• _Supplied data_:
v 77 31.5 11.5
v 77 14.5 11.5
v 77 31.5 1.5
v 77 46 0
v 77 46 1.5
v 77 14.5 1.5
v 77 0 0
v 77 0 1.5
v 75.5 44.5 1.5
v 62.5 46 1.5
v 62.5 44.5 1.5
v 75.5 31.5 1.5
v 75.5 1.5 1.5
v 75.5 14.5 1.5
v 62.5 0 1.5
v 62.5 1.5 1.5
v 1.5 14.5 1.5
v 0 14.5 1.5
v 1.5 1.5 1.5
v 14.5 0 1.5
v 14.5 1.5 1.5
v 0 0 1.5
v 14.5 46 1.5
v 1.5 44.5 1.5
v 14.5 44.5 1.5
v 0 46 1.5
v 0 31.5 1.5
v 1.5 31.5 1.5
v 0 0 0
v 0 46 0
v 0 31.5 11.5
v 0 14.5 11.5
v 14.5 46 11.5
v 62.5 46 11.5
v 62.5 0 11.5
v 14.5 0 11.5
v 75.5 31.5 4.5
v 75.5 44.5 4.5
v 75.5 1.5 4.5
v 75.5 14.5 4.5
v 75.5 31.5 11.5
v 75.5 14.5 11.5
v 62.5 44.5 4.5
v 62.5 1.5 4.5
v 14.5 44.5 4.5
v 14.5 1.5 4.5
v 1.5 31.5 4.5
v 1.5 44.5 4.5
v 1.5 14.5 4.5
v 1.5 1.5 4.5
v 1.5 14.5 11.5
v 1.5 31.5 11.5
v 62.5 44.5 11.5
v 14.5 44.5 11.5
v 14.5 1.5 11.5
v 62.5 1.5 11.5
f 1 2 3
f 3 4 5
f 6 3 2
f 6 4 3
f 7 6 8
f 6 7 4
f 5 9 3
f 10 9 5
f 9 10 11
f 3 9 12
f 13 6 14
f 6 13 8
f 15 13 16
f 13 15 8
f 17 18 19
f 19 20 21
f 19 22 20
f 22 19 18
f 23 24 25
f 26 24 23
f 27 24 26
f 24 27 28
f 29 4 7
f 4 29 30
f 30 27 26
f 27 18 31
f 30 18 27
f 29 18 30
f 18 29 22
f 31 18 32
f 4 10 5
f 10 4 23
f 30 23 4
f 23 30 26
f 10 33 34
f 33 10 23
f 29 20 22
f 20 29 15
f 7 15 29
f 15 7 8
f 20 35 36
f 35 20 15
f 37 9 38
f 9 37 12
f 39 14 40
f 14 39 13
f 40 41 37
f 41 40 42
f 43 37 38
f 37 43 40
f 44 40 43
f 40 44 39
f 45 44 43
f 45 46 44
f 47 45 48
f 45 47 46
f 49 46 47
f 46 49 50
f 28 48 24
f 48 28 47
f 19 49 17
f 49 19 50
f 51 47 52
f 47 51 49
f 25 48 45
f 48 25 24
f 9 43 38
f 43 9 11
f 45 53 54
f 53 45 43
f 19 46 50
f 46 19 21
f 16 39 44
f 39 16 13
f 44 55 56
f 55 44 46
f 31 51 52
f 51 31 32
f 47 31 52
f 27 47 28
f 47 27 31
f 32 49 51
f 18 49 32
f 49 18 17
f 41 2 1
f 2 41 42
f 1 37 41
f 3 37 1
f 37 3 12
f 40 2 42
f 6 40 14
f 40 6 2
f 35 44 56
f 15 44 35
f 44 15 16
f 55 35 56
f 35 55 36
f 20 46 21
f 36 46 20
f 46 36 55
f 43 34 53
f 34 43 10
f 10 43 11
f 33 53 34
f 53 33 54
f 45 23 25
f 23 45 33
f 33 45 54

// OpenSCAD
show_box = 0;
//else show lid

card_x = 73 + 1;
card_y = 42 + 1;
card_z = 2.2;

card_sum = 22;

box_wall = 1.5;
box_hold = box_wall * 2;
box_grip = 13;

lid_grip = 10;

module grip()
{
  linear_extrude(height = (card_z * card_sum) + box_hold)
  {
    polygon(points=[[0, 0],
                    [box_grip + box_wall, 0],
                    [box_grip + box_wall, box_wall],
                    [box_wall, box_wall],
                    [box_wall, box_wall + box_grip],
                    [0, box_wall + box_grip]]);       
  }
}

if(show_box)
{
  union()
  {
    cube([card_x + (2 * box_wall), card_y + (2 * box_wall), box_wall]);
    grip();
    translate([card_x + (2 * box_wall), 0, 0])
    {
      rotate([0, 0, 90])
      {
        grip();
      }
    }
    translate([card_x + (2 * box_wall), card_y + (2 * box_wall), 0])
    {
      rotate([0, 0, 180])
      {
        grip();
      }
    }
    translate([0, card_y + (2 * box_wall), 0])
    {
      rotate([0, 0, -90])
      {
        grip();
      }
    }
  }
}
else
{
  union()
  {
    cube([card_x + (2 * box_wall), card_y + (2 * box_wall), box_wall]);
    translate([box_wall, box_wall, box_wall])
    {
      cube([card_x, card_y, box_hold]);
    }
    
    translate([0, box_wall + box_grip, box_wall])
    {
      cube([box_wall, card_y - (2 * box_grip), lid_grip]);
    }
    translate([box_wall + card_x, box_wall + box_grip, box_wall])
    {
      cube([box_wall, card_y - (2 * box_grip), lid_grip]);
    }
    translate([box_wall + box_grip, 0, box_wall])
    {
      cube([card_x - (2 * box_grip), box_wall, lid_grip]);
    }
    translate([box_wall + box_grip, box_wall + card_y, box_wall])
    {
      cube([card_x - (2 * box_grip), box_wall, lid_grip]);
    }
  }
}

• _Directions_:
Each line above should be copied exactly, with no line missing.

• _Final answer_:
v 77 31.5 11.5
v 77 14.5 11.5
v 77 31.5 1.5
v 77 46 0
v 77 46 1.5
v 77 14.5 1.5
v 77 0 0
v 77 0 1.5
v 75.5 44.5 1.5
v 62.5 46 1.5
v 62.5 44.5 1.5
v 75.5 31.5 1.5
v 75.5 1.5 1.5
v 75.5 14.5 1.5
v 62.5 0 1.5
v 62.5 1.5 1.5
v 1.5 14.5 1.5
v 0 14.5 1.5
v 1.5 1.5 1.5
v 14.5 0 1.5
v 14.5 1.5 1.5
v 0 0 1.5
v 14.5 46 1.5
v 1.5 44.5 1.5
v 14.5 44.5 1.5
v 0 46 1.5
v 0 31.5 1.5
v 1.5 31.5 1.5
v 0 0 0
v 0 46 0
v 0 31.5 11.5
v 0 14.5 11.5
v 14.5 46 11.5
v 62.5 46 11.5
v 62.5 0 11.5
v 14.5 0 11.5
v 75.5 31.5 4.5
v 75.5 44.5 4.5
v 75.5 1.5 4.5
v 75.5 14.5 4.5
v 75.5 31.5 11.5
v 75.5 14.5 11.5
v 62.5 44.5 4.5
v 62.5 1.5 4.5
v 14.5 44.5 4.5
v 14.5 1.5 4.5
v 1.5 31.5 4.5
v 1.5 44.5 4.5
v 1.5 14.5 4.5
v 1.5 1.5 4.5
v 1.5 14.5 11.5
v 1.5 31.5 11.5
v 62.5 44.5 11.5
v 14.5 44.5 11.5
v 14.5 1.5 11.5
v 62.5 1.5 11.5
f 1 2 3
f 3 4 5
f 6 3 2
f 6 4 3
f 7 6 8
f 6 7 4
f 5 9 3
f 10 9 5
f 9 10 11
f 3 9 12
f 13 6 14
f 6 13 8
f 15 13 16
f 13 15 8
f 17 18 19
f 19 20 21
f 19 22 20
f 22 19 18
f 23 24 25
f 26 24 23
f 27 24 26
f 24 27 28
f 29 4 7
f 4 29 30
f 30 27 26
f 27 18 31
f 30 18 27
f 29 18 30
f 18 29 22
f 31 18 32
f 4 10 5
f 10 4 23
f 30 23 4
f 23 30 26
f 10 33 34
f 33 10 23
f 29 20 22
f 20 29 15
f 7 15 29
f 15 7 8
f 20 35 36
f 35 20 15
f 37 9 38
f 9 37 12
f 39 14 40
f 14 39 13
f 40 41 37
f 41 40 42
f 43 37 38
f 37 43 40
f 44 40 43
f 40 44 39
f 45 44 43
f 45 46 44
f 47 45 48
f 45 47 46
f 49 46 47
f 46 49 50
f 28 48 24
f 48 28 47
f 19 49 17
f 49 19 50
f 51 47 52
f 47 51 49
f 25 48 45
f 48 25 24
f 9 43 38
f 43 9 11
f 45 53 54
f 53 45 43
f 19 46 50
f 46 19 21
f 16 39 44
f 39 16 13
f 44 55 56
f 55 44 46
f 31 51 52
f 51 31 32
f 47 31 52
f 27 47 28
f 47 27 31
f 32 49 51
f 18 49 32
f 49 18 17
f 41 2 1
f 2 41 42
f 1 37 41
f 3 37 1
f 37 3 12
f 40 2 42
f 6 40 14
f 40 6 2
f 35 44 56
f 15 44 35
f 44 15 16
f 55 35 56
f 35 55 36
f 20 46 21
f 36 46 20
f 46 36 55
f 43 34 53
f 34 43 10
f 10 43 11
f 33 53 34
f 53 33 54
f 45 23 25
f 23 45 33
f 33 45 54

// OpenSCAD
show_box = 0;
//else show lid

card_x = 73 + 1;
card_y = 42 + 1;
card_z = 2.2;

card_sum = 22;

box_wall = 1.5;
box_hold = box_wall * 2;
box_grip = 13;

lid_grip = 10;

module grip()
{
  linear_extrude(height = (card_z * card_sum) + box_hold)
  {
    polygon(points=[[0, 0],
                    [box_grip + box_wall, 0],
                    [box_grip + box_wall, box_wall],
                    [box_wall, box_wall],
                    [box_wall, box_wall + box_grip],
                    [0, box_wall + box_grip]]);       
  }
}

if(show_box)
{
  union()
  {
    cube([card_x + (2 * box_wall), card_y + (2 * box_wall), box_wall]);
    grip();
    translate([card_x + (2 * box_wall), 0, 0])
    {
      rotate([0, 0, 90])
      {
        grip();
      }
    }
    translate([card_x + (2 * box_wall), card_y + (2 * box_wall), 0])
    {
      rotate([0, 0, 180])
      {
        grip();
      }
    }
    translate([0, card_y + (2 * box_wall), 0])
    {
      rotate([0, 0, -90])
      {
        grip();
      }
    }
  }
}
else
{
  union()
  {
    cube([card_x + (2 * box_wall), card_y + (2 * box_wall), box_wall]);
    translate([box_wall, box_wall, box_wall])
    {
      cube([card_x, card_y, box_hold]);
    }
    
    translate([0, box_wall + box_grip, box_wall])
    {
      cube([box_wall, card_y - (2 * box_grip), lid_grip]);
    }
    translate([box_wall + card_x, box_wall + box_grip, box_wall])
    {
      cube([box_wall, card_y - (2 * box_grip), lid_grip]);
    }
    translate([box_wall + box_grip, 0, box_wall])
    {
      cube([card_x - (2 * box_grip), box_wall, lid_grip]);
    }
    translate([box_wall + box_grip, box_wall + card_y, box_wall])
    {
      cube([card_x - (2 * box_grip), box_wall, lid_grip]);
    }
  }
}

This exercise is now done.